At that moment his clever bit of word play, apparently brought about spontaneously while we watched, was beamed out to Tyson's nearly 1.7 million Twitter followers -- and then retweeted about 100 times before he had even resumed his prepared remarks seconds later.

We had shared a moment. And now our moment was in the Twittersphere, digitally on the record and free for all to see. For the screen watchers it meant that they were now having a worthwhile experience. And every time that tweet would be shared, their experience would be made even more valid. By morning retweets and "favorites" were each over 1,000.

For Generation Exoplanet this sort of thing is gold. In a generation that appears to define the value of its very thoughts and feelings by how many shares they get, Tyson had made "being there" so much more. In other words, the dude gets it -- and his young fans love him for that.

Yet I couldn't help but wonder, as he continued on with his talk and worked to inspire us to think bigger and dream greater about science and innovation, if this was even possible for his newly anointed demographic.

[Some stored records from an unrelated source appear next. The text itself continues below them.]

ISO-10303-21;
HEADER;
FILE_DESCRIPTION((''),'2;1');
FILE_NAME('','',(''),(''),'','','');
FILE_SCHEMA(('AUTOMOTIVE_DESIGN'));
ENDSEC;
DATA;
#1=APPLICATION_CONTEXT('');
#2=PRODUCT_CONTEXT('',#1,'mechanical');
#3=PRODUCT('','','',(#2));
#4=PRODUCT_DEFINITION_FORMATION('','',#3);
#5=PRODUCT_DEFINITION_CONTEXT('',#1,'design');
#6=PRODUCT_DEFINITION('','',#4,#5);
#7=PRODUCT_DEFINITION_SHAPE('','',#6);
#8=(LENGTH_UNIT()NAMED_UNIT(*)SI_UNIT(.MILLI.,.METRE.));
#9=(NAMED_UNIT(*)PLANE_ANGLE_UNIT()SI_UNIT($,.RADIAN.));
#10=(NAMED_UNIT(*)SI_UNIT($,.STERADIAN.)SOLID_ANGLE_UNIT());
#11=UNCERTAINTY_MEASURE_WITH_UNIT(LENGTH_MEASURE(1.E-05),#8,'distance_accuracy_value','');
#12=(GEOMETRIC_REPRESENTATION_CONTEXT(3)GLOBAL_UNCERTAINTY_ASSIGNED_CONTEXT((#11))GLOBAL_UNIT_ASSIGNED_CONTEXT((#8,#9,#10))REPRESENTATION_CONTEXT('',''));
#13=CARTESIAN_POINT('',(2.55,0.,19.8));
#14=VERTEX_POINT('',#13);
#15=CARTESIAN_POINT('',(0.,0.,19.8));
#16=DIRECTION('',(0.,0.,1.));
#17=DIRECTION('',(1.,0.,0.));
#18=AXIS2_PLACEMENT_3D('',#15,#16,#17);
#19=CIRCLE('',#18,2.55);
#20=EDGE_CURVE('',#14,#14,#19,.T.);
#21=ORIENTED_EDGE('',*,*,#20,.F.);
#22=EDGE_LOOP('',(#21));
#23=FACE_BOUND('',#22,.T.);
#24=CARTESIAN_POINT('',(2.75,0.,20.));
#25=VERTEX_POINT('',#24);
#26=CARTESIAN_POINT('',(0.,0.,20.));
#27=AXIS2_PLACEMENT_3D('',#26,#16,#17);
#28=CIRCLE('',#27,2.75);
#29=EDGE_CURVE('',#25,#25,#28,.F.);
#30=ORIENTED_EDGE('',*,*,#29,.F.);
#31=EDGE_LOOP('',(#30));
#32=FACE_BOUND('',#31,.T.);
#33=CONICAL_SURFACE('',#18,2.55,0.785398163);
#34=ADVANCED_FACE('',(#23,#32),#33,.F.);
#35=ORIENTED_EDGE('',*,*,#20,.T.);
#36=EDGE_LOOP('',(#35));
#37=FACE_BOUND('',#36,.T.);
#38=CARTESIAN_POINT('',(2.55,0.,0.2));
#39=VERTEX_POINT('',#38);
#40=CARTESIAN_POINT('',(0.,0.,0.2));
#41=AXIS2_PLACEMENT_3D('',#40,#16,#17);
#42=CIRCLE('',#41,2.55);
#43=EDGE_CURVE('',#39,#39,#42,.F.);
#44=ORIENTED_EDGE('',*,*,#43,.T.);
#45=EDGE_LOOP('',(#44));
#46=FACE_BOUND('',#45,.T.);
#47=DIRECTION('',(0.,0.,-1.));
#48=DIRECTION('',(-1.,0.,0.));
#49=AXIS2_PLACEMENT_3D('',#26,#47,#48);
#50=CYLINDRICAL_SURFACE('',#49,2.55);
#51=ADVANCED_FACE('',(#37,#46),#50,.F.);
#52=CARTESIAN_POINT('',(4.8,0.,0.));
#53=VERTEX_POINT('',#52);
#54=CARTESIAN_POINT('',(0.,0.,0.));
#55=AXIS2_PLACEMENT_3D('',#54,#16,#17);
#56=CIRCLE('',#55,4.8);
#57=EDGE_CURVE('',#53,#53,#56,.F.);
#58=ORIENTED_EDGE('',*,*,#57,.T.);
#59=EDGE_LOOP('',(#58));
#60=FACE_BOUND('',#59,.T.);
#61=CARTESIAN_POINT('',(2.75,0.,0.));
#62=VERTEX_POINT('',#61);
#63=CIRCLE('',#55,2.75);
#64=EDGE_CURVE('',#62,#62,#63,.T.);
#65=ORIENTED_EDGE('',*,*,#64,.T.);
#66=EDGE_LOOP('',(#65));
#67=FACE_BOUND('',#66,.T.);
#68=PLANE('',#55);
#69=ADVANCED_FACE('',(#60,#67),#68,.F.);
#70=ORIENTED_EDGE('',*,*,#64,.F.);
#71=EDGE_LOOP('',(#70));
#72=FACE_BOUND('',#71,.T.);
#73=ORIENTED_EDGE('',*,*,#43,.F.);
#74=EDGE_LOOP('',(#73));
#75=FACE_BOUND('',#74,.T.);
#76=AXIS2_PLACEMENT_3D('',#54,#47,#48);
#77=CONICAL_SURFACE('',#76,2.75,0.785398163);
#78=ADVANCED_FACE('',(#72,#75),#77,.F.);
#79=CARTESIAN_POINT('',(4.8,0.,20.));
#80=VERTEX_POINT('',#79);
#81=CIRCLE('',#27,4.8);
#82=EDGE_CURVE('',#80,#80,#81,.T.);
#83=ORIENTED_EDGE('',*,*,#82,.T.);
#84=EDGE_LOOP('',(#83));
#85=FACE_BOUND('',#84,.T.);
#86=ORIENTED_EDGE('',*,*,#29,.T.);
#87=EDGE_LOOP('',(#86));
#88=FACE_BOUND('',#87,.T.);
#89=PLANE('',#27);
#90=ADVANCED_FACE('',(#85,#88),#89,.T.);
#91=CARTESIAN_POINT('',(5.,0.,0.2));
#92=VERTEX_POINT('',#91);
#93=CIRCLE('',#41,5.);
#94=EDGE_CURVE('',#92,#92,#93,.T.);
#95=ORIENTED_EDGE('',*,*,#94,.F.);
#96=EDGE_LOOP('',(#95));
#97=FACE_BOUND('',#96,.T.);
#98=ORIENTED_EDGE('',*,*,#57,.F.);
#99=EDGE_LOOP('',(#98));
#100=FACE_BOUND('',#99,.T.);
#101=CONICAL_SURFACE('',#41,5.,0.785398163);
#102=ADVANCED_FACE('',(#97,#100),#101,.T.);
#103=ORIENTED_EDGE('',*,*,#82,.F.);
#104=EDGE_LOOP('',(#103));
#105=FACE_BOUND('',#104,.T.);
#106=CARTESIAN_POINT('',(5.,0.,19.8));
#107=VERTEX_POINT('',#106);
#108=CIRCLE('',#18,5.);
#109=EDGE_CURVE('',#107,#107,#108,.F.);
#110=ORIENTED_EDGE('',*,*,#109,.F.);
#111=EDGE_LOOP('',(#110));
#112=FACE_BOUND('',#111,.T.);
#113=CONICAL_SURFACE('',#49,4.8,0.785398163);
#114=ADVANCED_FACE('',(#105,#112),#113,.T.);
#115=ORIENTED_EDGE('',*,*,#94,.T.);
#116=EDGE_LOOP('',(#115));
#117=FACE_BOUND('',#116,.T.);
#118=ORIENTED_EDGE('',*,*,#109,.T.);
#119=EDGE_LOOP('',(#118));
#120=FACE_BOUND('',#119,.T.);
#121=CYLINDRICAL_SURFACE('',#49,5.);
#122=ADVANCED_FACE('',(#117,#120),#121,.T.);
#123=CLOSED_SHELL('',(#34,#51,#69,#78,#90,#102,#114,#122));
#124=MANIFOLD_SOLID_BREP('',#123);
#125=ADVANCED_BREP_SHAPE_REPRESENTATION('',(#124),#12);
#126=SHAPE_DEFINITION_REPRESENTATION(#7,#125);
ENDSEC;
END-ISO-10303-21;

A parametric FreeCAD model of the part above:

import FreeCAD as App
import Part
import Sketcher

V = App.Vector


def edges_at(feature, points):
    """Names of the edges that pass closest to the given points."""
    edges = feature.Shape.Edges
    near = lambda p: min(range(len(edges)), key=lambda i: edges[i].distToShape(Part.Vertex(*p))[0])
    return sorted({f"Edge{near(p) + 1}" for p in points})

doc = App.newDocument("Part")
body = doc.addObject("PartDesign::Body", "Body")

# Sketch on XY plane
sketch1 = body.newObject("Sketcher::SketchObject", "Sketch")
sketch1.AttachmentSupport = (doc.getObject("XY_Plane"), [""])
sketch1.MapMode = "FlatFace"
sketch1.addGeometry(Part.Circle(V(0, 0, 0), V(0, 0, 1), 5), False)
sketch1.addGeometry(Part.Circle(V(0, 0, 0), V(0, 0, 1), 2.55), False)
sketch1.addConstraint(Sketcher.Constraint("Coincident", 0, 3, -1, 1))
sketch1.addConstraint(Sketcher.Constraint("Coincident", 1, 3, -1, 1))
sketch1.addConstraint(Sketcher.Constraint("Diameter", 0, 10.0))
sketch1.addConstraint(Sketcher.Constraint("Diameter", 1, 5.1))
pad1 = body.newObject("PartDesign::Pad", "Pad")
pad1.Profile = sketch1
pad1.Length = 20
doc.recompute()

chamfer = body.newObject("PartDesign::Chamfer", "Chamfer")
chamfer.Base = (pad1, edges_at(pad1, [
    (-5, 0, 0),
    (-5, 0, 20),
    (-2.55, 0, 0),
    (-2.55, 0, 20),
]))
chamfer.Size = 0.2

doc.recompute()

Can Generation Exoplanet really train their eyes on the depths of the cosmos and imagine the possibilities of the universe when they can't often see beyond the lengths of their slightly bent arms? Can one embrace the galaxy with one's thumbs?

I believe so. But it will require that they occasionally do what humankind has done since the beginning -- and what Dr. Tyson told us he did the first time he came to Central Pennsylvania as a kid.

Every once in a while they will need to move their eyes off the screens in their hands and turn them upward.